About this task
For this exercise, reproduce the entries below exactly, but only from the line containing "f 160 215 216" through the line containing "f 190 97 188", both included.
== Dataset content ==
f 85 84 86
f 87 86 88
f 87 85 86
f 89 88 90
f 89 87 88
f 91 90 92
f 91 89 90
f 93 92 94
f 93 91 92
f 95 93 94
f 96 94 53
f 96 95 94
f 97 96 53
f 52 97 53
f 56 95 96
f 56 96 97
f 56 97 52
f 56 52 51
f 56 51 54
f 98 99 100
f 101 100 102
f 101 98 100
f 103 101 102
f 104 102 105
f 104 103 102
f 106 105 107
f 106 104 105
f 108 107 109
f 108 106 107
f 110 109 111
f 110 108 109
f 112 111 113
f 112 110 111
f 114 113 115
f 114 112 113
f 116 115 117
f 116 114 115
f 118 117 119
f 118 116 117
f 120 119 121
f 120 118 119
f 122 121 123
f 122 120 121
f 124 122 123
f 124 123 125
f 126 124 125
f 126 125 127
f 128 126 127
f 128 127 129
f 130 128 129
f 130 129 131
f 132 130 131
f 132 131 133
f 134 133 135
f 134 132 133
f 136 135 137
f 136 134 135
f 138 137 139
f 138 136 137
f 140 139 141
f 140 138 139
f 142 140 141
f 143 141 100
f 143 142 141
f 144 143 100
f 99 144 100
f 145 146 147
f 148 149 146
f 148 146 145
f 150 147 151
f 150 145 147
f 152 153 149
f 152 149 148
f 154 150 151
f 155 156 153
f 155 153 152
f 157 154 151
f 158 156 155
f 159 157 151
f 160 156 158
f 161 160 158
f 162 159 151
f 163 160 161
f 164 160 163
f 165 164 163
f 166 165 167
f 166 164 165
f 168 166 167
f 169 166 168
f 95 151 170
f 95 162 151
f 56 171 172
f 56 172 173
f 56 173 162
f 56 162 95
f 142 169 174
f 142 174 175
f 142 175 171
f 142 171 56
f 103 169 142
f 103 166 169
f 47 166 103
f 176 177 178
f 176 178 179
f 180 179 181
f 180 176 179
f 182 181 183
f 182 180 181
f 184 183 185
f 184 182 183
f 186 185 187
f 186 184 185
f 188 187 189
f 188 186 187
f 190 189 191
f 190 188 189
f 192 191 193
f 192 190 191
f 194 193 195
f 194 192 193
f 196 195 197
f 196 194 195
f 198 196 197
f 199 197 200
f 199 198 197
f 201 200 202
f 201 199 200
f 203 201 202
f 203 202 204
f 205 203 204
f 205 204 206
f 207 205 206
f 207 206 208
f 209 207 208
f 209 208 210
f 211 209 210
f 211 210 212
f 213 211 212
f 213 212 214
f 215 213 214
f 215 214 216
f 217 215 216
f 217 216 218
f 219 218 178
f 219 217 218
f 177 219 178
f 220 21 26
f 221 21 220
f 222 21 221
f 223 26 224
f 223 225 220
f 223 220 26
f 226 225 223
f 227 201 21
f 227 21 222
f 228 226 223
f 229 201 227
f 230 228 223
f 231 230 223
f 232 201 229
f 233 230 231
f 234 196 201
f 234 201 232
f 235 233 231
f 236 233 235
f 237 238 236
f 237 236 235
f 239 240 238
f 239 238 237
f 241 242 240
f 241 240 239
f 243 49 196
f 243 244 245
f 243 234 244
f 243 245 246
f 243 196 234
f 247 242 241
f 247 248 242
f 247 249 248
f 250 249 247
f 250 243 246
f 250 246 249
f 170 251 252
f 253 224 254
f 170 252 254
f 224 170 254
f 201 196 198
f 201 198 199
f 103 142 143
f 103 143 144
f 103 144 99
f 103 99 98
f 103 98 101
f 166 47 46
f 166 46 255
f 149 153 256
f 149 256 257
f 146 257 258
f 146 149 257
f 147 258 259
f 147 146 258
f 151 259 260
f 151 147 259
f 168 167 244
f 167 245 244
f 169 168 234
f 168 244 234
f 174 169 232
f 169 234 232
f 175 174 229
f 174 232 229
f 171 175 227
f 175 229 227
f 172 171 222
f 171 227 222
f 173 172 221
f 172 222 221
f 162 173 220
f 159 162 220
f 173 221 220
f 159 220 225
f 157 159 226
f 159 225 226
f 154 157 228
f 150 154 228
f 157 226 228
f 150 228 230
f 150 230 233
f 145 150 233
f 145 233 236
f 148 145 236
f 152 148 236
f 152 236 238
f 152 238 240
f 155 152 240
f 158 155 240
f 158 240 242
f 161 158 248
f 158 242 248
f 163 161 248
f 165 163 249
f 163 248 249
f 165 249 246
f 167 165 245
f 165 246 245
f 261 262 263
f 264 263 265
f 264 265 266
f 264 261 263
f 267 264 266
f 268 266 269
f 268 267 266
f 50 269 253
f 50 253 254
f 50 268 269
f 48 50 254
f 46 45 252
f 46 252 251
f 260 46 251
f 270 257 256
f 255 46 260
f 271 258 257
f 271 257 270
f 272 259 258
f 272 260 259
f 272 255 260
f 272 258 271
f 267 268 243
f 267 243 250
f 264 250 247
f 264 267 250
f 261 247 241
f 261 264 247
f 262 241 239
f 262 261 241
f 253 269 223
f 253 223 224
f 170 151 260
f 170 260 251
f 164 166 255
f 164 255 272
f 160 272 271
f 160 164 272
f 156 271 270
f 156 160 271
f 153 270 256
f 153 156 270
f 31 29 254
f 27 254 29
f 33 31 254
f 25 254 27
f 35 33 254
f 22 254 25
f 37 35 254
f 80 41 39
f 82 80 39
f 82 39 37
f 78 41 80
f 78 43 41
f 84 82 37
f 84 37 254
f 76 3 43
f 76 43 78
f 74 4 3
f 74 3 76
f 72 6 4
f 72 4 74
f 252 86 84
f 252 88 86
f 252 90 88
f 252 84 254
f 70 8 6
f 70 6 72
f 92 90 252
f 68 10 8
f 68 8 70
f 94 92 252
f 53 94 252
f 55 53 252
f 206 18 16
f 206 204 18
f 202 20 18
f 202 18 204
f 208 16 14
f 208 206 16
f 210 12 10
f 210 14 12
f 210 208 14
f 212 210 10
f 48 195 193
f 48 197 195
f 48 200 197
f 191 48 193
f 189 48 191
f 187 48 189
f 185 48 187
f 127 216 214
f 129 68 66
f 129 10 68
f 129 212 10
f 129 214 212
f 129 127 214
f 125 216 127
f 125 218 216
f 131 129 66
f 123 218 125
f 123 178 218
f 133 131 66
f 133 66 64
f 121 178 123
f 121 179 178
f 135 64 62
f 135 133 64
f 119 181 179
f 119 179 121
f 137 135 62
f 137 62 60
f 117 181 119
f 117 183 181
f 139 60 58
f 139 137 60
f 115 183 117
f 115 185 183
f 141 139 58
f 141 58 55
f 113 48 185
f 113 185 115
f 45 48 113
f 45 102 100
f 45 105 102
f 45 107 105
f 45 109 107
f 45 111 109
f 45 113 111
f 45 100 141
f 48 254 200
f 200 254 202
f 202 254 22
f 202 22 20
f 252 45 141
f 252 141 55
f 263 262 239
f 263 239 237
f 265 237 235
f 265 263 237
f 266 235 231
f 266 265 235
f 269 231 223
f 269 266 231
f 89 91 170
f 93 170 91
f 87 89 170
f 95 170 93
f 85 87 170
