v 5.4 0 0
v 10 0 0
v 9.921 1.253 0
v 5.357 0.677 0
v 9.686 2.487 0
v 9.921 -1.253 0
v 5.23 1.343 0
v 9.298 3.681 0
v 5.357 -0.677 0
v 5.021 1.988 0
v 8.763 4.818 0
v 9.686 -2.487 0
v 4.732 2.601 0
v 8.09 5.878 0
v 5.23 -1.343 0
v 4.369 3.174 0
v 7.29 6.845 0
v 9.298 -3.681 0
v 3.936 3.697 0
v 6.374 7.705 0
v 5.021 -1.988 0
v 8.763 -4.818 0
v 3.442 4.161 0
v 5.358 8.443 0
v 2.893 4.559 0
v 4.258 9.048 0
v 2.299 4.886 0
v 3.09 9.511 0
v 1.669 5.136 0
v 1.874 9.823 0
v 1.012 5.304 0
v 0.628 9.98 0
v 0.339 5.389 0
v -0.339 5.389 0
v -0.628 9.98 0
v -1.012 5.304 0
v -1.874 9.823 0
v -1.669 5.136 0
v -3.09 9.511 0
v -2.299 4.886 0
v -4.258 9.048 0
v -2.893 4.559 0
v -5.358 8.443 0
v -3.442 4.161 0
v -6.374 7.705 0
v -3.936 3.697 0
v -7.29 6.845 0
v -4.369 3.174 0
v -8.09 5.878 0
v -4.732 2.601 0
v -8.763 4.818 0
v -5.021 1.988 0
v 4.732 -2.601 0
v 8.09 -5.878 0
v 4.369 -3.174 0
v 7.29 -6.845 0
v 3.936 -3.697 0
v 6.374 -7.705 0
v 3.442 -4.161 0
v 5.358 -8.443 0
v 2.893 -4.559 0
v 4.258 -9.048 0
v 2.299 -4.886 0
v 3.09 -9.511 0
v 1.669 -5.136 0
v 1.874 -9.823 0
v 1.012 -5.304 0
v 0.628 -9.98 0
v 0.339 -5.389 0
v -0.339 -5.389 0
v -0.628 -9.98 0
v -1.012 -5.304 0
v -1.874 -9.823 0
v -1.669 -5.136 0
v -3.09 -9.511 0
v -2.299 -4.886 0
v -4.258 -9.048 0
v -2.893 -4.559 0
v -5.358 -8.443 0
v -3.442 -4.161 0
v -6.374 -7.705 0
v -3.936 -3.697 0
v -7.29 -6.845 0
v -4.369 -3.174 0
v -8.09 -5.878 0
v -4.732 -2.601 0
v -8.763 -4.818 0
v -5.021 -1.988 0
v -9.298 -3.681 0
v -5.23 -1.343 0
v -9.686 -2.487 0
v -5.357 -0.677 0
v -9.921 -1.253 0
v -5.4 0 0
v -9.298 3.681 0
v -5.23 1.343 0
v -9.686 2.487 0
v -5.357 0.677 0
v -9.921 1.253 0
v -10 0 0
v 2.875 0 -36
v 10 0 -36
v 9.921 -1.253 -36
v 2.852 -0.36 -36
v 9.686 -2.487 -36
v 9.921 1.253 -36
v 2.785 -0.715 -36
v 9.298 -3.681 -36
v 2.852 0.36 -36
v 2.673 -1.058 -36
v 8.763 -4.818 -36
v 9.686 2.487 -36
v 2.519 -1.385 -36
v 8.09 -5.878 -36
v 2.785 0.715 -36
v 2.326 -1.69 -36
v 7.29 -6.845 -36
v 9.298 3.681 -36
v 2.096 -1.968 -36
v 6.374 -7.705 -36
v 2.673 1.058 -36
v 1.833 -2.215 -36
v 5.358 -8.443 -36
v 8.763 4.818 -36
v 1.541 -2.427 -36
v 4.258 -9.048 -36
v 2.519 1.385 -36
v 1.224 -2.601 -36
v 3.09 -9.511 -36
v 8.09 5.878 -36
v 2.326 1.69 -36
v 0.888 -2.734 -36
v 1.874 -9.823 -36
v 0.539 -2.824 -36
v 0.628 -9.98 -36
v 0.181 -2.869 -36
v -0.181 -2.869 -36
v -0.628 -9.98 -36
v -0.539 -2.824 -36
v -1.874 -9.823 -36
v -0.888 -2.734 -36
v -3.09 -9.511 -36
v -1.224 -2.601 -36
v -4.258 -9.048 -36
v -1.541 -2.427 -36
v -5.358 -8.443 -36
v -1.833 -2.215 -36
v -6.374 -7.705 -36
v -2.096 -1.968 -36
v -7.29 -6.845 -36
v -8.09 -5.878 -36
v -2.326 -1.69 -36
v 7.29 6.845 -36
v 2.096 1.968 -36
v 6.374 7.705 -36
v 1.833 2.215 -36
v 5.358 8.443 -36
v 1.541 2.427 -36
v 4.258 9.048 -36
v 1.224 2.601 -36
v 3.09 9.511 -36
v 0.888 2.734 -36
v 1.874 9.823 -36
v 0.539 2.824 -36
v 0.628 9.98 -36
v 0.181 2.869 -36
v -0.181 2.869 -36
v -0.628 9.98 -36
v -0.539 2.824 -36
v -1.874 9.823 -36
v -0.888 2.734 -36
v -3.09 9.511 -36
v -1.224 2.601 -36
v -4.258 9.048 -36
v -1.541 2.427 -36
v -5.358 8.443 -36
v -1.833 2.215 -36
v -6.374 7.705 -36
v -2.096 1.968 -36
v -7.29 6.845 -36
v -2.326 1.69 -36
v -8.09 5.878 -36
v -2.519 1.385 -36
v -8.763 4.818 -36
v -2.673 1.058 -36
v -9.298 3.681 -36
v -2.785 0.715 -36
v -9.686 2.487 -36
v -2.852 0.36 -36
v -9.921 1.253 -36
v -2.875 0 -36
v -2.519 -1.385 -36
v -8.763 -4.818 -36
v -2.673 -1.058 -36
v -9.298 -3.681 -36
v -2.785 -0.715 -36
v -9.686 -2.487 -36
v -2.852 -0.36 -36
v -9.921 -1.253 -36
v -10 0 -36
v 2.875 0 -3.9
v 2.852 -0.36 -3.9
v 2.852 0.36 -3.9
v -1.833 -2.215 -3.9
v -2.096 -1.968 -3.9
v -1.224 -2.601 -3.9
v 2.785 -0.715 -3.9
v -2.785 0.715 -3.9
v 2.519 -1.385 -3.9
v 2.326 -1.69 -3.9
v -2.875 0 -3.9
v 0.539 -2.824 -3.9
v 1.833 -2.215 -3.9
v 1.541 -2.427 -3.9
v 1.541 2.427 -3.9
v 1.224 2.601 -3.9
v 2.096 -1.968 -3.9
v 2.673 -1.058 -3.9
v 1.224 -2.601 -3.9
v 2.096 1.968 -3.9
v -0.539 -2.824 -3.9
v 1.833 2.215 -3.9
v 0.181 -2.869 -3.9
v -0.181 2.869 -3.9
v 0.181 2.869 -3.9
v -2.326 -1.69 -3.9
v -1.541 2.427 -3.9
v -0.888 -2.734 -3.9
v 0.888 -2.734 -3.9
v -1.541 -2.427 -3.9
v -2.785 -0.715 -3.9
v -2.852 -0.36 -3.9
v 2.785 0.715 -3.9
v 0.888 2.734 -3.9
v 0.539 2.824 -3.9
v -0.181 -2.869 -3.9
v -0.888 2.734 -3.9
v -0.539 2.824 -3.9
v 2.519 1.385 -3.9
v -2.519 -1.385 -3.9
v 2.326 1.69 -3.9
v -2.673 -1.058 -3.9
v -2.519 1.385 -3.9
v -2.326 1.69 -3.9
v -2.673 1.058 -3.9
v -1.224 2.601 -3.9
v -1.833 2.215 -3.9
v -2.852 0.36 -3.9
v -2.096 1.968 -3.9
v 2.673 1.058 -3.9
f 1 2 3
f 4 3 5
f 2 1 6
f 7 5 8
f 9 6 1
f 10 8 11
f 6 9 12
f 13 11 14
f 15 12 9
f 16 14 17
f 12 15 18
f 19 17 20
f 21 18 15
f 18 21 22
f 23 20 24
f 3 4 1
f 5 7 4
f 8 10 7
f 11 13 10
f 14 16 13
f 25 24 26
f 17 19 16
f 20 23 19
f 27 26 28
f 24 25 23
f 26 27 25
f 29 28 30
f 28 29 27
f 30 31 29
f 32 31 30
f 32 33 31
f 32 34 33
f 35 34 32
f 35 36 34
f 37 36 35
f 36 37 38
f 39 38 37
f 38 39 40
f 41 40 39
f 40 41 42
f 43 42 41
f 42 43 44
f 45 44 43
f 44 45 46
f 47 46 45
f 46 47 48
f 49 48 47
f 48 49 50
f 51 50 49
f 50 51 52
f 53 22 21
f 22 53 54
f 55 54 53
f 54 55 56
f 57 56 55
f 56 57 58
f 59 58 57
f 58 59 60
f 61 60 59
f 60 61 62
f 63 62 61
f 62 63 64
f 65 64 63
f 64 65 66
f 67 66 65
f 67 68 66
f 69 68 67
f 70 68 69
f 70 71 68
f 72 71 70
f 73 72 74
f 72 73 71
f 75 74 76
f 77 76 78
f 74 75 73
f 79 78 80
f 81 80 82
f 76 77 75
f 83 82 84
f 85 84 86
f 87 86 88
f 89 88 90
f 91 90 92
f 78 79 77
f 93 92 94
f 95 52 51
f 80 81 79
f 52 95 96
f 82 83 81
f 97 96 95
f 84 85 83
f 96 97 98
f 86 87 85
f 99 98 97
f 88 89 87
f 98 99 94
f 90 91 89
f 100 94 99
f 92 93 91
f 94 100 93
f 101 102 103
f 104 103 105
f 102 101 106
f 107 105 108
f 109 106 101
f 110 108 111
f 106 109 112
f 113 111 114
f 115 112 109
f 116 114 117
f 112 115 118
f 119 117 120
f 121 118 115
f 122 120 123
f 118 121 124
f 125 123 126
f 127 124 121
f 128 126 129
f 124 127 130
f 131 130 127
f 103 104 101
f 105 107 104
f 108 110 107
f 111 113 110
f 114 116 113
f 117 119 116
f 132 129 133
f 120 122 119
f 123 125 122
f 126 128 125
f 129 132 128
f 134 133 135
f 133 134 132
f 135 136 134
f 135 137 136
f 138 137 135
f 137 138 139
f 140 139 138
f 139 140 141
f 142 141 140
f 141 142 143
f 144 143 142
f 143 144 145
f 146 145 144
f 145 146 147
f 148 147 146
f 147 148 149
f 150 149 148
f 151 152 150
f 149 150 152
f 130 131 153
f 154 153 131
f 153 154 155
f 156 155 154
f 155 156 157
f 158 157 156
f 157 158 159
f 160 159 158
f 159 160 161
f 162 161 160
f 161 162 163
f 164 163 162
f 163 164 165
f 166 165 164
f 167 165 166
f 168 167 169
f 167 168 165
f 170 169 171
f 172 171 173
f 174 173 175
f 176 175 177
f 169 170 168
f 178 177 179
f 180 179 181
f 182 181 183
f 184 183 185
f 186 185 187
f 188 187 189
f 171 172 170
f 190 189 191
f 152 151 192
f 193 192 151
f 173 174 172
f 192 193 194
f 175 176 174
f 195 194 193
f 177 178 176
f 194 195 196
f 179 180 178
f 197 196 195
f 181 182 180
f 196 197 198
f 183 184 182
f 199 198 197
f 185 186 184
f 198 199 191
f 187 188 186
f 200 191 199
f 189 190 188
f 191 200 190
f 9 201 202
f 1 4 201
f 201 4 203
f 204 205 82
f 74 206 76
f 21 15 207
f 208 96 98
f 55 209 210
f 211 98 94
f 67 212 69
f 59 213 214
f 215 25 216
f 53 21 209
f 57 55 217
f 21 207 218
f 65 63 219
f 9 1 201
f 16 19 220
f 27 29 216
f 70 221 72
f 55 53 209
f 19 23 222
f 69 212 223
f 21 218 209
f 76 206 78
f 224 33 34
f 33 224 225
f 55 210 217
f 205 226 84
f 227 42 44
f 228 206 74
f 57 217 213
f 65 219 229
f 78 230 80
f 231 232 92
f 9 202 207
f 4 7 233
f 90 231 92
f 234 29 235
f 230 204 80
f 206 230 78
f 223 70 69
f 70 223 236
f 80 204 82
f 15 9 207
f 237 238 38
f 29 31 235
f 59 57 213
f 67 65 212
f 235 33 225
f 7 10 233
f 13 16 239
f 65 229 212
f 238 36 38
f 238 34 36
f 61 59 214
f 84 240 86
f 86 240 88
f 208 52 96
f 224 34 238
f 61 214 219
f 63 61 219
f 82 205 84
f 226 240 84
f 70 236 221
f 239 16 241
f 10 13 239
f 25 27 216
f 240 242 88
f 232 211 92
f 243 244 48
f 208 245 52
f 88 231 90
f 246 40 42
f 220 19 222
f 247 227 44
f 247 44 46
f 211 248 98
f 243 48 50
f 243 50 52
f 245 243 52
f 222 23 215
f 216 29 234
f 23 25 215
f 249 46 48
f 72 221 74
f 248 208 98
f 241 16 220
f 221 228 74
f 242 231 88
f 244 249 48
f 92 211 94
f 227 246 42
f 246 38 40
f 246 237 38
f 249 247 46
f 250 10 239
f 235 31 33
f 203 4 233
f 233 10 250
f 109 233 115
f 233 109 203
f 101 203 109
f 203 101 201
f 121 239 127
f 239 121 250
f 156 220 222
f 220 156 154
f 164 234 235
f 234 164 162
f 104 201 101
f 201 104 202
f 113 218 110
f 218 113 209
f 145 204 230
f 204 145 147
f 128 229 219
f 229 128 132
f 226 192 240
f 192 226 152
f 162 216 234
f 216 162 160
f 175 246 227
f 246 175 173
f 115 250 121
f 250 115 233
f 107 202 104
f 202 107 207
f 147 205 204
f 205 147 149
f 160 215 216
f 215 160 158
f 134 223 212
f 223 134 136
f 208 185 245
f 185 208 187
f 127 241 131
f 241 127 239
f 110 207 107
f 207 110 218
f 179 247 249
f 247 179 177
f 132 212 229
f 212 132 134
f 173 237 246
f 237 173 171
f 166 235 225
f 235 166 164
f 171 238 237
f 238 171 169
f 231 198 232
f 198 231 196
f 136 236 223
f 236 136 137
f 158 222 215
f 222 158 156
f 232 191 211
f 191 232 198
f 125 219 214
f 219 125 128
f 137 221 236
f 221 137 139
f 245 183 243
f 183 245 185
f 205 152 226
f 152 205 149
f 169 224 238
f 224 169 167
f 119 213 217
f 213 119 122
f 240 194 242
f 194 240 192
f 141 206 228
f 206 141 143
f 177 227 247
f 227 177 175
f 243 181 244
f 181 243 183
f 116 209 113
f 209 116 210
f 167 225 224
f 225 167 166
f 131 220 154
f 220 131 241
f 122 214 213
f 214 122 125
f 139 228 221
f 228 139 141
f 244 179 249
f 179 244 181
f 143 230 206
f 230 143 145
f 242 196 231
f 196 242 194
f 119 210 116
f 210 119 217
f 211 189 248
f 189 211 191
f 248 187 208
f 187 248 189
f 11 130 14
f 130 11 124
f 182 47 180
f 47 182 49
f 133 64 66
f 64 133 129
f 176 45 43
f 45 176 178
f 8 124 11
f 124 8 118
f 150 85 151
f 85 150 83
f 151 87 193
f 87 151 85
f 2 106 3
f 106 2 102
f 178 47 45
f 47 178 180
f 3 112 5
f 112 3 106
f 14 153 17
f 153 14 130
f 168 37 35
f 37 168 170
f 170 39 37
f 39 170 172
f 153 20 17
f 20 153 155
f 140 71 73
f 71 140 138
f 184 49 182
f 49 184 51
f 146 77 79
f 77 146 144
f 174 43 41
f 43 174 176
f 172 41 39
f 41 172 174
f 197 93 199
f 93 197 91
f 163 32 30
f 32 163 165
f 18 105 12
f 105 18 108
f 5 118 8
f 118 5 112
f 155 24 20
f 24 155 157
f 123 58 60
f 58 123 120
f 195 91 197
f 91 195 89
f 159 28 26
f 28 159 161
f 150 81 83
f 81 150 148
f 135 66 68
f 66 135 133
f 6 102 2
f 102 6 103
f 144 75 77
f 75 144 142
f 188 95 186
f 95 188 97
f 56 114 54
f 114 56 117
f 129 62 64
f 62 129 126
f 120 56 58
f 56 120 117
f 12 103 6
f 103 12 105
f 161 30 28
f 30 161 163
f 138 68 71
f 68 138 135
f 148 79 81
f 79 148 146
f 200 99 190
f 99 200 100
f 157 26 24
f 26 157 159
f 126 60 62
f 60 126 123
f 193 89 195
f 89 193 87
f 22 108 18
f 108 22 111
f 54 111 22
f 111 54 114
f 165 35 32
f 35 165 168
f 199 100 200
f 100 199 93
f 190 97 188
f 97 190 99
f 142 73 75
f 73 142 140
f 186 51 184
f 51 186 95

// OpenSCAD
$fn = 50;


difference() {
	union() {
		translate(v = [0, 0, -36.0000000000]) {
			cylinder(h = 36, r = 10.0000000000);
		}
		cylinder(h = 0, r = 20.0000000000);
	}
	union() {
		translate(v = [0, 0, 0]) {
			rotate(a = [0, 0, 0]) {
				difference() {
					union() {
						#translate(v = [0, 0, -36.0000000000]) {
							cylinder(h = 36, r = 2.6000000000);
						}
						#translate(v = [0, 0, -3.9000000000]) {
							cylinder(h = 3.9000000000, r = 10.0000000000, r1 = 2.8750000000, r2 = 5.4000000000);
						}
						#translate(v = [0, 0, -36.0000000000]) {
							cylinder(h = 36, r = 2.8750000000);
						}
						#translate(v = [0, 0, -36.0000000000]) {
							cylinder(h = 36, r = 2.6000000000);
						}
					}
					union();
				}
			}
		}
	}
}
===
Output for this task
f 160 215 216
f 215 160 158
f 134 223 212
f 223 134 136
f 208 185 245
f 185 208 187
f 127 241 131
f 241 127 239
f 110 207 107
f 207 110 218
f 179 247 249
f 247 179 177
f 132 212 229
f 212 132 134
f 173 237 246
f 237 173 171
f 166 235 225
f 235 166 164
f 171 238 237
f 238 171 169
f 231 198 232
f 198 231 196
f 136 236 223
f 236 136 137
f 158 222 215
f 222 158 156
f 232 191 211
f 191 232 198
f 125 219 214
f 219 125 128
f 137 221 236
f 221 137 139
f 245 183 243
f 183 245 185
f 205 152 226
f 152 205 149
f 169 224 238
f 224 169 167
f 119 213 217
f 213 119 122
f 240 194 242
f 194 240 192
f 141 206 228
f 206 141 143
f 177 227 247
f 227 177 175
f 243 181 244
f 181 243 183
f 116 209 113
f 209 116 210
f 167 225 224
f 225 167 166
f 131 220 154
f 220 131 241
f 122 214 213
f 214 122 125
f 139 228 221
f 228 139 141
f 244 179 249
f 179 244 181
f 143 230 206
f 230 143 145
f 242 196 231
f 196 242 194
f 119 210 116
f 210 119 217
f 211 189 248
f 189 211 191
f 248 187 208
f 187 248 189
f 11 130 14
f 130 11 124
f 182 47 180
f 47 182 49
f 133 64 66
f 64 133 129
f 176 45 43
f 45 176 178
f 8 124 11
f 124 8 118
f 150 85 151
f 85 150 83
f 151 87 193
f 87 151 85
f 2 106 3
f 106 2 102
f 178 47 45
f 47 178 180
f 3 112 5
f 112 3 106
f 14 153 17
f 153 14 130
f 168 37 35
f 37 168 170
f 170 39 37
f 39 170 172
f 153 20 17
f 20 153 155
f 140 71 73
f 71 140 138
f 184 49 182
f 49 184 51
f 146 77 79
f 77 146 144
f 174 43 41
f 43 174 176
f 172 41 39
f 41 172 174
f 197 93 199
f 93 197 91
f 163 32 30
f 32 163 165
f 18 105 12
f 105 18 108
f 5 118 8
f 118 5 112
f 155 24 20
f 24 155 157
f 123 58 60
f 58 123 120
f 195 91 197
f 91 195 89
f 159 28 26
f 28 159 161
f 150 81 83
f 81 150 148
f 135 66 68
f 66 135 133
f 6 102 2
f 102 6 103
f 144 75 77
f 75 144 142
f 188 95 186
f 95 188 97
f 56 114 54
f 114 56 117
f 129 62 64
f 62 129 126
f 120 56 58
f 56 120 117
f 12 103 6
f 103 12 105
f 161 30 28
f 30 161 163
f 138 68 71
f 68 138 135
f 148 79 81
f 79 148 146
f 200 99 190
f 99 200 100
f 157 26 24
f 26 157 159
f 126 60 62
f 60 126 123
f 193 89 195
f 89 193 87
f 22 108 18
f 108 22 111
f 54 111 22
f 111 54 114
f 165 35 32
f 35 165 168
f 199 100 200
f 100 199 93
f 190 97 188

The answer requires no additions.